Star Wars: Bounty Hunters continues to cement itself as my least favorite of the four current ongoing Star Wars titles from Marvel Comics with this month’s issue #7, entitled “Target Valance: Part 2 – Collateral Damage.” With this installment, the book has repeated its pattern of “Beilert Valance travels to a new location, bounty hunters pursue, there’s a big fight, Beilert heads off to a new destination” one too many times for me to look forward to reading any more.
Valance and his ward Cadeliah (the daughter of two star-crossed members of rival Corellian gangs) have arrived on the jungle planet of Lowik, the site of a secret Rebel Alliance base that Beilert once helped arm, with hunters Zuckuss and 4-LOM in hot pursuit. The Gand and droid partners release a battalion of leftover B2-series super battle droids to raid the planet, while Valance seeks medical assistance from his former paramour Yura, who has married a man named Kondra in the time since Beilert abandoned her on Lowik years earlier.
We get a flashback to Valance’s contentious departure, with Yura bestowing him with the treasured fire Ruby we’ve seen him carrying since the Star Wars: Target Vader comic miniseries. The local rebel military deals with the battle droids while Beilert gets patched up and then sends Yura with Cadeliah through a secret tunnel to their perceived safety. At that point 4-LOM shows up at Yura’s hut and he and Valance go at it for the requisite half-dozen pages. Then Zuckuss ambushes the two young women as they flee, but Beilert is eventually able to buy off the two bounty hunters by giving up a symbolic piece of his personal history. I guess it’s a tidy way to wrap up the Yura storyline, but the fact that he also leaves the seemingly-important Cadeliah on Lowik with the soon-to-be-evacuating rebels means we’ll be seeing those characters again down the line.

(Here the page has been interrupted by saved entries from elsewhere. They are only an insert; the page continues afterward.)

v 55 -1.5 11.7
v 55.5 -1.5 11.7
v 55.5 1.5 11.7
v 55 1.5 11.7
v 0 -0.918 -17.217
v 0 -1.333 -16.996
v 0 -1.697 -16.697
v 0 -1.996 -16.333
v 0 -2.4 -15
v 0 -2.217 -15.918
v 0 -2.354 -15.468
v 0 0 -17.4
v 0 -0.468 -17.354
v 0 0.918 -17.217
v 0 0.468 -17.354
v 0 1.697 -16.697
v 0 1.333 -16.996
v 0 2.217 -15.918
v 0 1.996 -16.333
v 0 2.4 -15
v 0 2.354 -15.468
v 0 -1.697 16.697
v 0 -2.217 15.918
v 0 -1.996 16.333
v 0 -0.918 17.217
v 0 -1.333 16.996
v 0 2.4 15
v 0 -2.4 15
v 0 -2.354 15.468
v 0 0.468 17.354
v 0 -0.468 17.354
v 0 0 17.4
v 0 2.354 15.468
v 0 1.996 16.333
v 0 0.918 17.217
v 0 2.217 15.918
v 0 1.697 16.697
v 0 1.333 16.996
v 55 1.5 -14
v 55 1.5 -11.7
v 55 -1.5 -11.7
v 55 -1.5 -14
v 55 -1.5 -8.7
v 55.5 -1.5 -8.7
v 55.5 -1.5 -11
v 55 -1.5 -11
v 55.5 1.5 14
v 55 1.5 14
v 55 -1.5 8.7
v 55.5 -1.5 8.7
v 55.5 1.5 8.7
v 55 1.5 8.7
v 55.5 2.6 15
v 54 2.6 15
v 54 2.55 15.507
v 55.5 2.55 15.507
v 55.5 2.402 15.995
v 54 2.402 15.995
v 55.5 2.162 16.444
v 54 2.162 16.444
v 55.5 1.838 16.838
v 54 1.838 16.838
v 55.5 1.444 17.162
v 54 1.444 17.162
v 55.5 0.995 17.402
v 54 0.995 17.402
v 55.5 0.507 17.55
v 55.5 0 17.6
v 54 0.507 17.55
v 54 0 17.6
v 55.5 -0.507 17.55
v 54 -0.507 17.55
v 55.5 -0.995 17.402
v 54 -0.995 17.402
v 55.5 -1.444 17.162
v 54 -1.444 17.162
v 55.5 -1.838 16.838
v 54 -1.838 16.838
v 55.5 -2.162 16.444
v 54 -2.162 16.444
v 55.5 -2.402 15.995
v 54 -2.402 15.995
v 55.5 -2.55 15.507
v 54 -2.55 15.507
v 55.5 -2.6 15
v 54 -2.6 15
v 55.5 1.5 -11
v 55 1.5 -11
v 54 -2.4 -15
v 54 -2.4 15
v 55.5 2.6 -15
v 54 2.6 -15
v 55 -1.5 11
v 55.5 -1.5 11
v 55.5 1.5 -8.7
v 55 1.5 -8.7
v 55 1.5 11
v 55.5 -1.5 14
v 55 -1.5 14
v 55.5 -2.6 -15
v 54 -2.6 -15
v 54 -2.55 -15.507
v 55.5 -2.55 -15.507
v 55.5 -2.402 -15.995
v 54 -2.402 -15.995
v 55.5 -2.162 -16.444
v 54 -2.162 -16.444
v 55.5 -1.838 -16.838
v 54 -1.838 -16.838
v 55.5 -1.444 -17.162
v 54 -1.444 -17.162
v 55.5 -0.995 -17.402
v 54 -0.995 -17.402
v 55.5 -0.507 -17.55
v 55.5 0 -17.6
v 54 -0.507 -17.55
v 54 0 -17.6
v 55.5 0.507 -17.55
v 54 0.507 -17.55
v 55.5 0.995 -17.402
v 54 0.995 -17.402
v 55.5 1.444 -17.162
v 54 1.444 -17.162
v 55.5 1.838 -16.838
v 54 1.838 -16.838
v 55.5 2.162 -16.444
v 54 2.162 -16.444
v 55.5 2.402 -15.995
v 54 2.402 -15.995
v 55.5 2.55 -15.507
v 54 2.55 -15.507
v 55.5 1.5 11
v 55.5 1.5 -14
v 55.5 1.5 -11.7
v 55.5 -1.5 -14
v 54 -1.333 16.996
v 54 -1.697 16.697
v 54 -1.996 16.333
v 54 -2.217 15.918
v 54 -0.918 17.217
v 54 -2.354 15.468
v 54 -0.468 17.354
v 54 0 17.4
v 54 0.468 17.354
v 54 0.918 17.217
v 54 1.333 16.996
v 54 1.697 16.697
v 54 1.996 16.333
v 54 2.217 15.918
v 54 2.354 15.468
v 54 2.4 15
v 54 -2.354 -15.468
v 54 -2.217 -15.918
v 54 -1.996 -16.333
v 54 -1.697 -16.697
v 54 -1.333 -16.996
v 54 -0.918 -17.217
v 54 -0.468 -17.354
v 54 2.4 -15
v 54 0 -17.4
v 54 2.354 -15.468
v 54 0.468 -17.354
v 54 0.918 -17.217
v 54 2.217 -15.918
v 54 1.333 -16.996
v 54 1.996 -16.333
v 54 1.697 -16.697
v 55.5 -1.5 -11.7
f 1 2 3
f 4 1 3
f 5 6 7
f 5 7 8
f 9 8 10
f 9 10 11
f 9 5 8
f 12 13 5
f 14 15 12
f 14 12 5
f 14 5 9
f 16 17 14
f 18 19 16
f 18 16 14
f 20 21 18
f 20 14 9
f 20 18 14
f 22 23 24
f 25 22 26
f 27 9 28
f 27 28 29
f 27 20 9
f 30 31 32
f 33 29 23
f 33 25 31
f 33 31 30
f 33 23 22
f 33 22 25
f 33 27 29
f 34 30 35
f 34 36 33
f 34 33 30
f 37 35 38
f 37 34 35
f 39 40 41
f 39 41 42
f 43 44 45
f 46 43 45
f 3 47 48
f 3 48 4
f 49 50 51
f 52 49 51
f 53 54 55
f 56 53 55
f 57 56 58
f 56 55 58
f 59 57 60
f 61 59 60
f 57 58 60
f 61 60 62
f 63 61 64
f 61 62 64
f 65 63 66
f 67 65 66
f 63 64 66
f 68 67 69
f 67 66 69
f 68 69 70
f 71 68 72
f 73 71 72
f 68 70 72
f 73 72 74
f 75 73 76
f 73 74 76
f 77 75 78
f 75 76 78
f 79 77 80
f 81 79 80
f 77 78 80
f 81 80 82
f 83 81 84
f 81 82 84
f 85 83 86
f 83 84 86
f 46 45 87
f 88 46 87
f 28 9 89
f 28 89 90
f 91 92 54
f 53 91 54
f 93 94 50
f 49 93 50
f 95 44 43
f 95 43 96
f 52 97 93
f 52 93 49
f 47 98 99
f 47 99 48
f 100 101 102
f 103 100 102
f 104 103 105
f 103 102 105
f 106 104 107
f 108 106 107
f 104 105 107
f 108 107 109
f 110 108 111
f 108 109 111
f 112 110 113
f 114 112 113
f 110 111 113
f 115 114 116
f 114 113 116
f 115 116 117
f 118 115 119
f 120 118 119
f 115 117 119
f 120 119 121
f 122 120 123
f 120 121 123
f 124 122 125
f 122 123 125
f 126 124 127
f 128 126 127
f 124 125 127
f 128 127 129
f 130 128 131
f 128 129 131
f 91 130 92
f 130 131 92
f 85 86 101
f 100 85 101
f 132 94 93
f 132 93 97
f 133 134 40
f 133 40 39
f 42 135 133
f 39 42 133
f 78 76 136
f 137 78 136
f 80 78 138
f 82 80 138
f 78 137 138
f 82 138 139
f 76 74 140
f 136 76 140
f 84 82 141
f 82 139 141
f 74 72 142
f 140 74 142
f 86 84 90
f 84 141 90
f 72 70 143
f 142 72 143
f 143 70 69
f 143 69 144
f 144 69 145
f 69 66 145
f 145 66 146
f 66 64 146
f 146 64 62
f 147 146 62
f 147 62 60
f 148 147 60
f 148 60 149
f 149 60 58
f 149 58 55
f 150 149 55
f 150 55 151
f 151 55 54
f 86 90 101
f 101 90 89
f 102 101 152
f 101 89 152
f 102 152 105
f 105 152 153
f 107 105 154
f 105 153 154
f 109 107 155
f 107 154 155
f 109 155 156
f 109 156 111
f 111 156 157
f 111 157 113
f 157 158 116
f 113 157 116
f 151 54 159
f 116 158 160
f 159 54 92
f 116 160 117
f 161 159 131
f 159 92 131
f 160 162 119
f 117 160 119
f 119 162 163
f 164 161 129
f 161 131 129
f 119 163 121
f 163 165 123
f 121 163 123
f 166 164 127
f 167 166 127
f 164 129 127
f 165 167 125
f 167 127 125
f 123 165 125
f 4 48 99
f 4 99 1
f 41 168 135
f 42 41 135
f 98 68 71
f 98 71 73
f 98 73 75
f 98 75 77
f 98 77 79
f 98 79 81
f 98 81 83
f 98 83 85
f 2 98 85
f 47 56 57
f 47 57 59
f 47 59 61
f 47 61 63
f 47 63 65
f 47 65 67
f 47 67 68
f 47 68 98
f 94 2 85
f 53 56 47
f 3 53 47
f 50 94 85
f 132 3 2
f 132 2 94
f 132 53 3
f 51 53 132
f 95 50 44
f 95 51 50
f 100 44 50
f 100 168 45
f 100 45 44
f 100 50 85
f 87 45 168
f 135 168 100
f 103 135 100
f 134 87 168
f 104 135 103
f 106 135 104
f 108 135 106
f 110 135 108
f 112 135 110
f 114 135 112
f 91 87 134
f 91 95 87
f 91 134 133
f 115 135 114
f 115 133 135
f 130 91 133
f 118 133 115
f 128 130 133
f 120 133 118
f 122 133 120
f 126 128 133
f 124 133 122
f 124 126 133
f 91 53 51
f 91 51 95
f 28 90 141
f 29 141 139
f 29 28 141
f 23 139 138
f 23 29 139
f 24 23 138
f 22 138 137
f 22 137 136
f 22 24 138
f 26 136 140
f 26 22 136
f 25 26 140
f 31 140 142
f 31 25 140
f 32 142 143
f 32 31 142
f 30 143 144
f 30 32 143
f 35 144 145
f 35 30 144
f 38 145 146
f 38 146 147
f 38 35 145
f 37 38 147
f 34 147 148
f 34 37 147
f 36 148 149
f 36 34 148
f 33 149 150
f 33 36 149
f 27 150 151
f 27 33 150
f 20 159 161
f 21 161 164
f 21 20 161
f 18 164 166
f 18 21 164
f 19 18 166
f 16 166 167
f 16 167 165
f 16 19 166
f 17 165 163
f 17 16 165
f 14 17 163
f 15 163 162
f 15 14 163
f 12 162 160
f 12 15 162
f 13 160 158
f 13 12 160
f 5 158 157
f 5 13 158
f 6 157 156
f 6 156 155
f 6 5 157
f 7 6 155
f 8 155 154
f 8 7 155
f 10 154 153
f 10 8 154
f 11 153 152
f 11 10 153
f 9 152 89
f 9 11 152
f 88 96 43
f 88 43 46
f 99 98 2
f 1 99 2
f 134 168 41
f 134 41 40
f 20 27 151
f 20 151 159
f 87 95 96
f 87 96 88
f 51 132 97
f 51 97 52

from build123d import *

# Parameters (mm, degrees)
BOSS_EXTRUDE1_DEPTH = 54
BOSS_EXTRUDE2_DEPTH = 1.5
SKETCH3_W           = 2.3
SKETCH3_H           = 3
CUT_EXTRUDE1_DEPTH  = 0.5


with BuildPart() as part:
    # Sketch1 → Boss-Extrude1 (new body)
    with BuildSketch(Plane(origin=(0, 0, 0), x_dir=(0, 0, -1), z_dir=(1, 0, 0))):
        with BuildLine():
            Line((-15, 2.4), (15, 2.4))
            ThreePointArc((15, 2.4), (17.4, 0), (15, -2.4))
            Line((15, -2.4), (-15, -2.4))
            ThreePointArc((-15, -2.4), (-17.4, 0), (-15, 2.4))
        make_face()
    extrude(amount=BOSS_EXTRUDE1_DEPTH)

    # Sketch2 → Boss-Extrude2 (add)
    with BuildSketch(Plane(origin=(54, 0, 0), x_dir=(0, 0, -1), z_dir=(1, 0, 0))):
        with BuildLine():
            Line((-15, -2.6), (15, -2.6))
            ThreePointArc((15, -2.6), (17.6, 0), (15, 2.6))
            Line((15, 2.6), (-15, 2.6))
            ThreePointArc((-15, 2.6), (-17.6, 0), (-15, -2.6))
        make_face()
    extrude(amount=BOSS_EXTRUDE2_DEPTH)

    # Sketch3 → Cut-Extrude1 (cut)
    with BuildSketch(Plane(origin=(55.5, 0, 0), x_dir=(0, 0, -1), z_dir=(1, 0, 0))):
        with Locations((-12.85, 0)):
            Rectangle(SKETCH3_W, SKETCH3_H)
        with Locations((-9.85, 0)):
            Rectangle(SKETCH3_W, SKETCH3_H)
        with Locations((9.85, 0)):
            Rectangle(SKETCH3_W, SKETCH3_H)
        with Locations((12.85, 0)):
            Rectangle(SKETCH3_W, SKETCH3_H)
    extrude(amount=-CUT_EXTRUDE1_DEPTH, mode=Mode.SUBTRACT)


solid = part.part
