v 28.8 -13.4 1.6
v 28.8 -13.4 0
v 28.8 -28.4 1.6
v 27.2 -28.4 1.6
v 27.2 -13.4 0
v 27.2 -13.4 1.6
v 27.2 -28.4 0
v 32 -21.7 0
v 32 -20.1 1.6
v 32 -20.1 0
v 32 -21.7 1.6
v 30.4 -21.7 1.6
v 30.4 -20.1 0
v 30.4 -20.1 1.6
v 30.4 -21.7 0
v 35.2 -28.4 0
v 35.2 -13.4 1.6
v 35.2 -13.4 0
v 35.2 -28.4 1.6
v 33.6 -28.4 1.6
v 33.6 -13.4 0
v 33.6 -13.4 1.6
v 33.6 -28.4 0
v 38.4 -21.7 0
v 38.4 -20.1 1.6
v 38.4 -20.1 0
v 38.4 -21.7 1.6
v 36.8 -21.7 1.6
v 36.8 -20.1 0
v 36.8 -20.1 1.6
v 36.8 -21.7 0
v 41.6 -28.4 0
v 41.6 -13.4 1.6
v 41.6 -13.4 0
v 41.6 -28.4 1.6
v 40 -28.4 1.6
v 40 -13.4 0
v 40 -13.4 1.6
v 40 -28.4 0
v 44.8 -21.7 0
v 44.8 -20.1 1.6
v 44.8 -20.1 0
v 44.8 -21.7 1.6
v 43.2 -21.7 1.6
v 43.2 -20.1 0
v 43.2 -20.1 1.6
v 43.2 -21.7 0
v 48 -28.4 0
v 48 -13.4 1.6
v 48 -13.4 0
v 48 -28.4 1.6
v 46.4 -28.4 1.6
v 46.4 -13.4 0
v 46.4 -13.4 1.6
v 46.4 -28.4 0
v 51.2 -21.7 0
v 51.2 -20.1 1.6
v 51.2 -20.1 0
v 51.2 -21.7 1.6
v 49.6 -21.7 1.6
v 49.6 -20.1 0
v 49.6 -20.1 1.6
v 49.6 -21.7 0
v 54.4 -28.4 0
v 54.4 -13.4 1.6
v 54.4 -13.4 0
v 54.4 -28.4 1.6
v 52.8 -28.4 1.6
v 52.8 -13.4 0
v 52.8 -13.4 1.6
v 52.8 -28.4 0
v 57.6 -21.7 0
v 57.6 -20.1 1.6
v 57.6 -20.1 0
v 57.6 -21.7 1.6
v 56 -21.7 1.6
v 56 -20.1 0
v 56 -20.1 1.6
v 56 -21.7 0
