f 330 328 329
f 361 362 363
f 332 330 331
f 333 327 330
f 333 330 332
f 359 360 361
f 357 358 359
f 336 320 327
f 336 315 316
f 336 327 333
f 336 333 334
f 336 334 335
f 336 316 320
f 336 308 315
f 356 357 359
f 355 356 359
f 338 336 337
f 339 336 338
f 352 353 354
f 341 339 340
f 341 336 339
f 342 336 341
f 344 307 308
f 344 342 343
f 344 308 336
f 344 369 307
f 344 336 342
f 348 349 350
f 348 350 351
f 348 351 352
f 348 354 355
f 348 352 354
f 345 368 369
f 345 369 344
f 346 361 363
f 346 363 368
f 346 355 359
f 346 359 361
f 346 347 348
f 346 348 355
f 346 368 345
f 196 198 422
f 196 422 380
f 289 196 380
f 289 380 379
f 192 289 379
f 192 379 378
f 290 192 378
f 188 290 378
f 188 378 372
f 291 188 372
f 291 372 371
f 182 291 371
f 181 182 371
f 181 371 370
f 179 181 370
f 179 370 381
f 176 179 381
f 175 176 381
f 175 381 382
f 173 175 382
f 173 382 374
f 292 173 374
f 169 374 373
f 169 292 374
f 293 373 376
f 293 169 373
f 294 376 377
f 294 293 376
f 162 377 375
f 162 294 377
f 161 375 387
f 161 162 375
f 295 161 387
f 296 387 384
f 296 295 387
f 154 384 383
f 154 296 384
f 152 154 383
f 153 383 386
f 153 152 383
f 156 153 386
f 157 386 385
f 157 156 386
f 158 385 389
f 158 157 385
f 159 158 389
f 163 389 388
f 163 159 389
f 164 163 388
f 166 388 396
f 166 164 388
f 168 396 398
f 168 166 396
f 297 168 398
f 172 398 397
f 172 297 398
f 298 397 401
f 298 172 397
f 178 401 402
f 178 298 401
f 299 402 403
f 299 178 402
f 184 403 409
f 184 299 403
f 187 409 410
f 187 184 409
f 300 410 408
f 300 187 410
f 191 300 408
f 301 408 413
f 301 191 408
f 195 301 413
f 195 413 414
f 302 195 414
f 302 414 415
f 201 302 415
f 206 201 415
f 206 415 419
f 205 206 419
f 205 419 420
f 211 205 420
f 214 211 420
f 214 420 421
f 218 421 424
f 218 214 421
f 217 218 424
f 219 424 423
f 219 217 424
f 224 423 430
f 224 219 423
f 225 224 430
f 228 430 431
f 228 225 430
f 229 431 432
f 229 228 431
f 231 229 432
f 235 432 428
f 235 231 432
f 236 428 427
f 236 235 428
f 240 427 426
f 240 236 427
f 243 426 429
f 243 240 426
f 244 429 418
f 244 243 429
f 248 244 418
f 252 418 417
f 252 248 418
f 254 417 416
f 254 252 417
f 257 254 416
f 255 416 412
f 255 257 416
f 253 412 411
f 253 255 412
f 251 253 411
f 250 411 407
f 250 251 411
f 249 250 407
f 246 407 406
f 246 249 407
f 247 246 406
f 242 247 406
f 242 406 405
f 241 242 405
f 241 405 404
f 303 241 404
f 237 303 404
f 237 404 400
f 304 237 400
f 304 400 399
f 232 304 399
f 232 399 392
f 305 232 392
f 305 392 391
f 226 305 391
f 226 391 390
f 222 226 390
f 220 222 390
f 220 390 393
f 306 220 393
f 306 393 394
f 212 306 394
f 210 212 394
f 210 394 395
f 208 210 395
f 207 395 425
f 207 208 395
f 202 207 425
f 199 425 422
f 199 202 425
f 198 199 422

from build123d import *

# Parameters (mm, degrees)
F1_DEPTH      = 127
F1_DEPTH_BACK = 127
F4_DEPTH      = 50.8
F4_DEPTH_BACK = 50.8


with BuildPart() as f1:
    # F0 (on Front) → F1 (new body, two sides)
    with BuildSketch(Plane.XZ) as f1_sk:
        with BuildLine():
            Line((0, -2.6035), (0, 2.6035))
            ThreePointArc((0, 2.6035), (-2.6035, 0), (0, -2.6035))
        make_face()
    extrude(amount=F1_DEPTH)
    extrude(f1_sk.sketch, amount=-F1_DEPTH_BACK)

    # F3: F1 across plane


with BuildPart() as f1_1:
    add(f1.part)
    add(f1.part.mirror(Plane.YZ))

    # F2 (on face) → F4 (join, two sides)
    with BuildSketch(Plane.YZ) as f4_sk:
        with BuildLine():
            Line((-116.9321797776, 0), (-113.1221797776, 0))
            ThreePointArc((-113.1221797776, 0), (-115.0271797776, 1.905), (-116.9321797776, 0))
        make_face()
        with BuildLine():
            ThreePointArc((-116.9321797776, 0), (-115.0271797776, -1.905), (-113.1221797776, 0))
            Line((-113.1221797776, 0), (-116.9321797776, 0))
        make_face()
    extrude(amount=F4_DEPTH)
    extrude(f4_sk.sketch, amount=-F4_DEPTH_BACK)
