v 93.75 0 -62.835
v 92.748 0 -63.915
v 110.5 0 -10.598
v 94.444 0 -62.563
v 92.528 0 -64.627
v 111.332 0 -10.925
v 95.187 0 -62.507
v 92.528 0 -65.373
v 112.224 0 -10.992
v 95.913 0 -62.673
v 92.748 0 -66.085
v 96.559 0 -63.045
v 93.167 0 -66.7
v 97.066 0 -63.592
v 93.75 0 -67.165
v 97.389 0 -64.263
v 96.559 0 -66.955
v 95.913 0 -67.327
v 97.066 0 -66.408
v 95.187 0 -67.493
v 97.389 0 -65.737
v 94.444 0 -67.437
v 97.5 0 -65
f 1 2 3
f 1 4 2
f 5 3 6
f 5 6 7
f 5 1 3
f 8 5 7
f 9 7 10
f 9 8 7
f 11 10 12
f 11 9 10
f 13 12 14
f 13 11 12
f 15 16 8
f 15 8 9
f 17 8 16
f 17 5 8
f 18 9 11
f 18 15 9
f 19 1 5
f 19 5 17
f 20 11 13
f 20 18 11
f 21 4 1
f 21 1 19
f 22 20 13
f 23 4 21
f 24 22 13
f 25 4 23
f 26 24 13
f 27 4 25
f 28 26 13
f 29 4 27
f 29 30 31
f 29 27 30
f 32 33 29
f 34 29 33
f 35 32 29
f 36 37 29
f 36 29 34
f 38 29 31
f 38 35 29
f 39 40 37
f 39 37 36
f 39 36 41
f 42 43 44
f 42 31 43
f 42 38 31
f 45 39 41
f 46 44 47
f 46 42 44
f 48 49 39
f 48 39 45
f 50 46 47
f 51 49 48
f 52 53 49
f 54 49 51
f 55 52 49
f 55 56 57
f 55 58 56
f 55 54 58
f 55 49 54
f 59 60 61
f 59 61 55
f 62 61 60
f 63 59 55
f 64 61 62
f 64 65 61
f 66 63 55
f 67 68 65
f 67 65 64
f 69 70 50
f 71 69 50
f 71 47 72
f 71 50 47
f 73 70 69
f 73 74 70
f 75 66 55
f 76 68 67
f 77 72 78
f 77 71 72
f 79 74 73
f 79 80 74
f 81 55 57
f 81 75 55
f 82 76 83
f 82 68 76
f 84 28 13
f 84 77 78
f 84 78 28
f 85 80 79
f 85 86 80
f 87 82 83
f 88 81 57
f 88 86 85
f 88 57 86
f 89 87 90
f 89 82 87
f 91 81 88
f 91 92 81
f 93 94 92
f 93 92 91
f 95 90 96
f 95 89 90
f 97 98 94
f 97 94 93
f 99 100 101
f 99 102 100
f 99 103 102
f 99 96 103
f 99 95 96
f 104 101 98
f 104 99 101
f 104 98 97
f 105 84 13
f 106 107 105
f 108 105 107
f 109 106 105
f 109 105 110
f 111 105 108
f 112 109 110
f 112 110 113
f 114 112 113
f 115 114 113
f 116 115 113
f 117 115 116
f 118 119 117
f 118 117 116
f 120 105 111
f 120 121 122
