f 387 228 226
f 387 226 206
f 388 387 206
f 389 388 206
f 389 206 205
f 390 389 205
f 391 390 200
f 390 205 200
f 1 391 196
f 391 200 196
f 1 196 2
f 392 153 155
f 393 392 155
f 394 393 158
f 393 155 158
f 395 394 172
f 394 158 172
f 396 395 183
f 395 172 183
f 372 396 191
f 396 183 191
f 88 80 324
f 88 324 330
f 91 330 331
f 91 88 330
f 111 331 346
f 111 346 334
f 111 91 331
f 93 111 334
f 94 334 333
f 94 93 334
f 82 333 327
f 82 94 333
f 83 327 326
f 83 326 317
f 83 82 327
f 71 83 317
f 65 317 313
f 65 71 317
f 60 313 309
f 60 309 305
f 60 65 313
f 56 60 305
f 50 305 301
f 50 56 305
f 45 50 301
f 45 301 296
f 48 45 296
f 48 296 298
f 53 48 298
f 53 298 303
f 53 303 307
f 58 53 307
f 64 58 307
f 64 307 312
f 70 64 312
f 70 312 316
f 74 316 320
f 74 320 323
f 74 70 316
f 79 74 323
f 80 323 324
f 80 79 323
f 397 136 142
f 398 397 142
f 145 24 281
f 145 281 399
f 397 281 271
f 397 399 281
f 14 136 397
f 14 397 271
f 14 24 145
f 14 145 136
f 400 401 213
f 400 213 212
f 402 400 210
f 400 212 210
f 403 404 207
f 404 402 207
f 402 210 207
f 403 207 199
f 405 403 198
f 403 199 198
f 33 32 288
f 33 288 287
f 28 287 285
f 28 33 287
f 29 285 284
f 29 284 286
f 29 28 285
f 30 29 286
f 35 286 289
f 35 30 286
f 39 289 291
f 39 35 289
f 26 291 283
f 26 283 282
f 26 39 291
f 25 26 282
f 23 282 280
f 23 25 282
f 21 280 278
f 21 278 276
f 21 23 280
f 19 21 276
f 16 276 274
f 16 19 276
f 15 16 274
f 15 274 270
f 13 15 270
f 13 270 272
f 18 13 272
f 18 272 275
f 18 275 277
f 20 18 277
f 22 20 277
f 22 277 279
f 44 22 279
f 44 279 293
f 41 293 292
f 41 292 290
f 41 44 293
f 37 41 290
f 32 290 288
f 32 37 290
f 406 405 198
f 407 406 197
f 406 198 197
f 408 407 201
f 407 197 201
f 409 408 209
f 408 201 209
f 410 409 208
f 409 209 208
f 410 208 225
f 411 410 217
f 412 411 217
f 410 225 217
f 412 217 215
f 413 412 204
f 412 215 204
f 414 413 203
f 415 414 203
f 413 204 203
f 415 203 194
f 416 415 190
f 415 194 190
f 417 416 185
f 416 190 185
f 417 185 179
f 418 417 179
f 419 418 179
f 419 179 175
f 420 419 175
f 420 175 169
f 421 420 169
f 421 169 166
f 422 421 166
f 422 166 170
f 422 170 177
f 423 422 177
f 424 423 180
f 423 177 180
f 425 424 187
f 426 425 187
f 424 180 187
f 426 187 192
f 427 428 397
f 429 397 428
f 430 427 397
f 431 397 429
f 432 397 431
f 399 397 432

I’ve been finding it difficult to express what exactly hasn’t been working for me about Star Wars: Bounty Hunters, but this issue felt especially egregious in its clunky storytelling, awkward staging, and still sadly unattractive artwork. I keep hoping writer Ethan Sacks and artist Paolo Villanelli will pull it together and the title will see improvement as it goes along, but right now my only real hope is that a new team takes over after the next arc or two. There’s so much potential in a story about the bounty hunters of Star Wars set between the events of The Empire Strikes Back and Return of the Jedi, but I honestly can’t say that this effort is even coming close to meeting it. For the time being, we’ll have to wait and see how this particular story plays out, and whether the Unbroken Clan and the Mourner’s Wail Syndicate can put aside their differences and allow Cadeliah to take her rightful place as mutual heir and, hopefully, peacemaker.
Star Wars: Bounty Hunters #7 is available now wherever comic books are sold.